Suela Sulo, Bjoern Schwander, Cory Brunton, Gabriel Gomez, Juan Diego Misas, Daniela Alejandra Gracia, Diego Andrés Chavarro-Carvajal, Luis Carlos Venegas-Sanabria, Carlos Cano-Gutiérrez

Research output: Contribution to journalArticlepeer-review

4 Scopus citations

Abstract

Objectives: We assessed the impact of a recently reported nutritional quality improvement program (QIP) on healthcare resource utilization and costs for older, community-living adults in Bogotá, Colombia. Methods: The study included 618 community-dwelling, older adults (> 60 years) who were at risk or malnourished and receiving outpatient clinical care.

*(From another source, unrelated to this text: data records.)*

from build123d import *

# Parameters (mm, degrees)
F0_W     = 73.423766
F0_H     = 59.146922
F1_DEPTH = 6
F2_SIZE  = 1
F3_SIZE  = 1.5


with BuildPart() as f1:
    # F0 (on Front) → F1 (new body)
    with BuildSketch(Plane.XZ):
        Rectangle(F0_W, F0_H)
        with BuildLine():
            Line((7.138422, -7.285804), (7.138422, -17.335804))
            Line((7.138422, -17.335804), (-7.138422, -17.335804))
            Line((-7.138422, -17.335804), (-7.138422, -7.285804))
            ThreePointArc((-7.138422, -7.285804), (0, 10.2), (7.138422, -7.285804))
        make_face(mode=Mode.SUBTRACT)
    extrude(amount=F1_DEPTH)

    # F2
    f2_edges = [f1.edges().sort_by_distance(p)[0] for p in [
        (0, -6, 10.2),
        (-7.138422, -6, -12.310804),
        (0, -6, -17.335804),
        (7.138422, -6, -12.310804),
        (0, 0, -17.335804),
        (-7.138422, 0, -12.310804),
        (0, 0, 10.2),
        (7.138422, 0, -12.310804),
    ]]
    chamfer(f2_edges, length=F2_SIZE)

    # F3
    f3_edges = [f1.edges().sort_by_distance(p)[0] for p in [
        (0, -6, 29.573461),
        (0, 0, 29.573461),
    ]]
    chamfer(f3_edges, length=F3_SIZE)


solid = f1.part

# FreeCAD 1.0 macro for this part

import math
import FreeCAD as App
import Part
import Sketcher
Q = App.Units.Quantity


def edges_at(feature, points):
    """Names of the edges that pass closest to the given points."""
    edges = feature.Shape.Edges
    near = lambda p: min(range(len(edges)), key=lambda i: edges[i].distToShape(Part.Vertex(*p))[0])
    return sorted({f"Edge{near(p) + 1}" for p in points})

doc = App.newDocument("Part")
body = doc.addObject("PartDesign::Body", "Body")

sketch1 = body.newObject("Sketcher::SketchObject", "Sketch")
sketch1.AttachmentSupport = (doc.getObject("XZ_Plane"), [""])
sketch1.MapMode = "FlatFace"
sketch1.addGeometry([
    Part.LineSegment(App.Vector(-37, 30, 0), App.Vector(-37, -30, 0)),
    Part.LineSegment(App.Vector(-37, -30, 0), App.Vector(37, -30, 0)),
    Part.LineSegment(App.Vector(37, -30, 0), App.Vector(37, 30, 0)),
    Part.LineSegment(App.Vector(37, 30, 0), App.Vector(-37, 30, 0)),
    Part.ArcOfCircle(Part.Circle(App.Vector(0, 0, 0), App.Vector(0, 0, 1), 10), math.radians(-46), math.radians(226)),
    Part.LineSegment(App.Vector(7, -7, 0), App.Vector(7, -17, 0)),
    Part.LineSegment(App.Vector(7, -17, 0), App.Vector(-7, -17, 0)),
    Part.LineSegment(App.Vector(-7, -17, 0), App.Vector(-7, -7, 0)),
], False)
sketch1.addConstraint([
    Sketcher.Constraint("Coincident", 0, 2, 1, 1),
    Sketcher.Constraint("Coincident", 1, 2, 2, 1),
    Sketcher.Constraint("Coincident", 2, 2, 3, 1),
    Sketcher.Constraint("Coincident", 3, 2, 0, 1),
    Sketcher.Constraint("Coincident", 4, 1, 5, 1),
    Sketcher.Constraint("Coincident", 5, 2, 6, 1),
    Sketcher.Constraint("Coincident", 6, 2, 7, 1),
    Sketcher.Constraint("Coincident", 7, 2, 4, 2),
    Sketcher.Constraint("Vertical", 0),
    Sketcher.Constraint("Horizontal", 1),
    Sketcher.Constraint("Vertical", 2),
    Sketcher.Constraint("Horizontal", 3),
    Sketcher.Constraint("Vertical", 5),
    Sketcher.Constraint("Horizontal", 6),
    Sketcher.Constraint("Vertical", 7),
    Sketcher.Constraint("Coincident", 4, 3, -1, 1),
    Sketcher.Constraint("Symmetric", 0, 2, 2, 2, -1, 1),
    Sketcher.Constraint("Horizontal", 4, 1, 7, 2),
    Sketcher.Constraint("Radius", 4, Q("10.2 mm")),
    Sketcher.Constraint("DistanceY", 5, 2, 5, 1, Q("10.05 mm")),
    Sketcher.Constraint("DistanceX", 1, 1, 1, 2, Q("73.423766 mm")),
    Sketcher.Constraint("DistanceX", 6, 2, 6, 1, Q("14.276844 mm")),
    Sketcher.Constraint("DistanceY", 0, 2, 0, 1, Q("59.146922 mm")),
])
pad1 = body.newObject("PartDesign::Pad", "Pad")
pad1.Profile = sketch1
pad1.Length = 6
doc.recompute()

chamfer = body.newObject("PartDesign::Chamfer", "Chamfer")
chamfer.Base = (pad1, edges_at(pad1, [
    (0, -6, 10.2),
    (-7.138, -6, -12.311),
    (0, -6, -17.336),
    (7.138, -6, -12.311),
    (0, 0, -17.336),
    (-7.138, 0, -12.311),
    (0, 0, 10.2),
    (7.138, 0, -12.311),
]))
chamfer.Size = 1
doc.recompute()

chamfer2 = body.newObject("PartDesign::Chamfer", "Chamfer001")
chamfer2.Base = (chamfer, edges_at(chamfer, [(0, -6, 29.573), (0, 0, 29.573)]))
chamfer2.Size = 1.5

doc.recompute()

The intervention was a QIP that emphasized nutritional screening, dietary education, lifestyle counseling, 60-day consumption of oral nutritional supplements, and 90-day follow-up. For economic modeling, we performed 90-day budget impact and cost-effectiveness analyses from a Colombian third-party payer perspective. The base-case analysis quantified mean healthcare resource use in the QIP study population. Analysis was based on mean input values (deterministic) and distributions of input parameters (probabilistic). As the deterministic analysis provided a simple point estimate, the cost-effectiveness analysis focused on the probabilistic results informed by 1000 iterations of a Monte-Carlo simulation. Results: Results showed that the total use of healthcare resources over 90 days was significantly reduced by > 40% (hospitalizations were reduced by approximately 80%, emergency department visits by > 60%, and outpatient clinical visits by nearly 40%; P < .001). Based on economic modeling, total cost savings of $129 740 or per-patient cost savings of $210 over 90 days could be attributed to the use of nutritional QIP strategies. Total cost savings equated to nearly twice the initial investment for QIP intervention; that is, the per-dollar return on investment was $1.82. Conclusions: For older adults living in the community in Colombia, the use of our nutritional QIP improved health outcomes while lowering costs of healthcare and was thus cost-effective.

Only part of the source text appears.